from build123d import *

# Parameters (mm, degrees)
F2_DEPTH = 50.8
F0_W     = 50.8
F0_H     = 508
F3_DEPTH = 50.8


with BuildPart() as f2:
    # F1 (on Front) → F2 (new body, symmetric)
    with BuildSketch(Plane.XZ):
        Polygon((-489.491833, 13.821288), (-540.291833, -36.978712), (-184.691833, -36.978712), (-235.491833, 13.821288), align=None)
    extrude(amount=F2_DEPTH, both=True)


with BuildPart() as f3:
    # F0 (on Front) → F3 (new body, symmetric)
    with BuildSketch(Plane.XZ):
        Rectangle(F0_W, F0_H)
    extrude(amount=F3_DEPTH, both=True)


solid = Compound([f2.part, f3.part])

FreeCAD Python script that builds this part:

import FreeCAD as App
import Part
import Sketcher
from FreeCAD import Vector
Q = App.Units.Quantity

doc = App.newDocument("Part")
body = doc.addObject("PartDesign::Body", "Body")

# Sketch on XZ plane
sketch1 = body.newObject("Sketcher::SketchObject", "Sketch")
sketch1.AttachmentSupport = (doc.getObject("XZ_Plane"), [""])
sketch1.MapMode = "FlatFace"
sketch1.addGeometry([
    Part.LineSegment(Vector(-489.491833, 13.821288, 0), Vector(-540.291833, -36.978712, 0)),
    Part.LineSegment(Vector(-540.291833, -36.978712, 0), Vector(-184.691833, -36.978712, 0)),
    Part.LineSegment(Vector(-184.691833, -36.978712, 0), Vector(-235.491833, 13.821288, 0)),
    Part.LineSegment(Vector(-235.491833, 13.821288, 0), Vector(-489.491833, 13.821288, 0)),
], False)
sketch1.addConstraint([
    Sketcher.Constraint("Coincident", 0, 2, 1, 1),
    Sketcher.Constraint("Coincident", 1, 2, 2, 1),
    Sketcher.Constraint("Coincident", 2, 2, 3, 1),
    Sketcher.Constraint("Coincident", 3, 2, 0, 1),
    Sketcher.Constraint("Horizontal", 1),
    Sketcher.Constraint("Horizontal", 3),
    Sketcher.Constraint("Perpendicular", 0, 2),
    Sketcher.Constraint("Equal", 0, 2),
    Sketcher.Constraint("DistanceX", 1, 1, 1, 2, Q("14 in")),
    Sketcher.Constraint("DistanceX", 3, 2, 3, 1, Q("10 in")),
    Sketcher.Constraint("DistanceX", 0, 2, -1, 1, 540.291833),
    Sketcher.Constraint("DistanceY", 0, 2, -1, 1, 36.978712),
])
pad1 = body.newObject("PartDesign::Pad", "Pad")
pad1.Profile = sketch1
pad1.Length = Q("4 in")
pad1.Midplane = True
body2 = doc.addObject("PartDesign::Body", "Body001")

# Sketch on XZ plane
sketch2 = body2.newObject("Sketcher::SketchObject", "Sketch001")
sketch2.AttachmentSupport = (doc.getObject("XZ_Plane001"), [""])
sketch2.MapMode = "FlatFace"
sketch2.addGeometry([
    Part.LineSegment(Vector(-25.4, 254, 0), Vector(-25.4, -254, 0)),
    Part.LineSegment(Vector(-25.4, -254, 0), Vector(25.4, -254, 0)),
    Part.LineSegment(Vector(25.4, -254, 0), Vector(25.4, 254, 0)),
    Part.LineSegment(Vector(25.4, 254, 0), Vector(-25.4, 254, 0)),
], False)
sketch2.addConstraint([
    Sketcher.Constraint("Coincident", 0, 2, 1, 1),
    Sketcher.Constraint("Coincident", 1, 2, 2, 1),
    Sketcher.Constraint("Coincident", 2, 2, 3, 1),
    Sketcher.Constraint("Coincident", 3, 2, 0, 1),
    Sketcher.Constraint("Vertical", 0),
    Sketcher.Constraint("Horizontal", 1),
    Sketcher.Constraint("Vertical", 2),
    Sketcher.Constraint("Horizontal", 3),
    Sketcher.Constraint("Symmetric", 0, 2, 2, 2, -1, 1),
    Sketcher.Constraint("DistanceX", 1, 1, 1, 2, Q("2 in")),
    Sketcher.Constraint("DistanceY", 0, 2, 0, 1, Q("20 in")),
])
pad2 = body2.newObject("PartDesign::Pad", "Pad001")
pad2.Profile = sketch2
pad2.Length = Q("4 in")
pad2.Midplane = True

doc.recompute()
# # # #
§ **Your goal**: Transcribe every entry exactly, omitting nothing.

§ **Exercise answer**:
from build123d import *

# Parameters (mm, degrees)
F2_DEPTH = 50.8
F0_W     = 50.8
F0_H     = 508
F3_DEPTH = 50.8


with BuildPart() as f2:
    # F1 (on Front) → F2 (new body, symmetric)
    with BuildSketch(Plane.XZ):
        Polygon((-489.491833, 13.821288), (-540.291833, -36.978712), (-184.691833, -36.978712), (-235.491833, 13.821288), align=None)
    extrude(amount=F2_DEPTH, both=True)


with BuildPart() as f3:
    # F0 (on Front) → F3 (new body, symmetric)
    with BuildSketch(Plane.XZ):
        Rectangle(F0_W, F0_H)
    extrude(amount=F3_DEPTH, both=True)


solid = Compound([f2.part, f3.part])

FreeCAD Python script that builds this part:

import FreeCAD as App
import Part
import Sketcher
from FreeCAD import Vector
Q = App.Units.Quantity

doc = App.newDocument("Part")
body = doc.addObject("PartDesign::Body", "Body")

# Sketch on XZ plane
sketch1 = body.newObject("Sketcher::SketchObject", "Sketch")
sketch1.AttachmentSupport = (doc.getObject("XZ_Plane"), [""])
sketch1.MapMode = "FlatFace"
sketch1.addGeometry([
    Part.LineSegment(Vector(-489.491833, 13.821288, 0), Vector(-540.291833, -36.978712, 0)),
    Part.LineSegment(Vector(-540.291833, -36.978712, 0), Vector(-184.691833, -36.978712, 0)),
    Part.LineSegment(Vector(-184.691833, -36.978712, 0), Vector(-235.491833, 13.821288, 0)),
    Part.LineSegment(Vector(-235.491833, 13.821288, 0), Vector(-489.491833, 13.821288, 0)),
], False)
sketch1.addConstraint([
    Sketcher.Constraint("Coincident", 0, 2, 1, 1),
    Sketcher.Constraint("Coincident", 1, 2, 2, 1),
    Sketcher.Constraint("Coincident", 2, 2, 3, 1),
    Sketcher.Constraint("Coincident", 3, 2, 0, 1),
    Sketcher.Constraint("Horizontal", 1),
    Sketcher.Constraint("Horizontal", 3),
    Sketcher.Constraint("Perpendicular", 0, 2),
    Sketcher.Constraint("Equal", 0, 2),
    Sketcher.Constraint("DistanceX", 1, 1, 1, 2, Q("14 in")),
    Sketcher.Constraint("DistanceX", 3, 2, 3, 1, Q("10 in")),
    Sketcher.Constraint("DistanceX", 0, 2, -1, 1, 540.291833),
    Sketcher.Constraint("DistanceY", 0, 2, -1, 1, 36.978712),
])
pad1 = body.newObject("PartDesign::Pad", "Pad")
pad1.Profile = sketch1
pad1.Length = Q("4 in")
pad1.Midplane = True
body2 = doc.addObject("PartDesign::Body", "Body001")

# Sketch on XZ plane
sketch2 = body2.newObject("Sketcher::SketchObject", "Sketch001")
sketch2.AttachmentSupport = (doc.getObject("XZ_Plane001"), [""])
sketch2.MapMode = "FlatFace"
sketch2.addGeometry([
    Part.LineSegment(Vector(-25.4, 254, 0), Vector(-25.4, -254, 0)),
    Part.LineSegment(Vector(-25.4, -254, 0), Vector(25.4, -254, 0)),
    Part.LineSegment(Vector(25.4, -254, 0), Vector(25.4, 254, 0)),
    Part.LineSegment(Vector(25.4, 254, 0), Vector(-25.4, 254, 0)),
], False)
sketch2.addConstraint([
    Sketcher.Constraint("Coincident", 0, 2, 1, 1),
    Sketcher.Constraint("Coincident", 1, 2, 2, 1),
    Sketcher.Constraint("Coincident", 2, 2, 3, 1),
    Sketcher.Constraint("Coincident", 3, 2, 0, 1),
    Sketcher.Constraint("Vertical", 0),
    Sketcher.Constraint("Horizontal", 1),
    Sketcher.Constraint("Vertical", 2),
    Sketcher.Constraint("Horizontal", 3),
    Sketcher.Constraint("Symmetric", 0, 2, 2, 2, -1, 1),
    Sketcher.Constraint("DistanceX", 1, 1, 1, 2, Q("2 in")),
    Sketcher.Constraint("DistanceY", 0, 2, 0, 1, Q("20 in")),
])
pad2 = body2.newObject("PartDesign::Pad", "Pad001")
pad2.Profile = sketch2
pad2.Length = Q("4 in")
pad2.Midplane = True

doc.recompute()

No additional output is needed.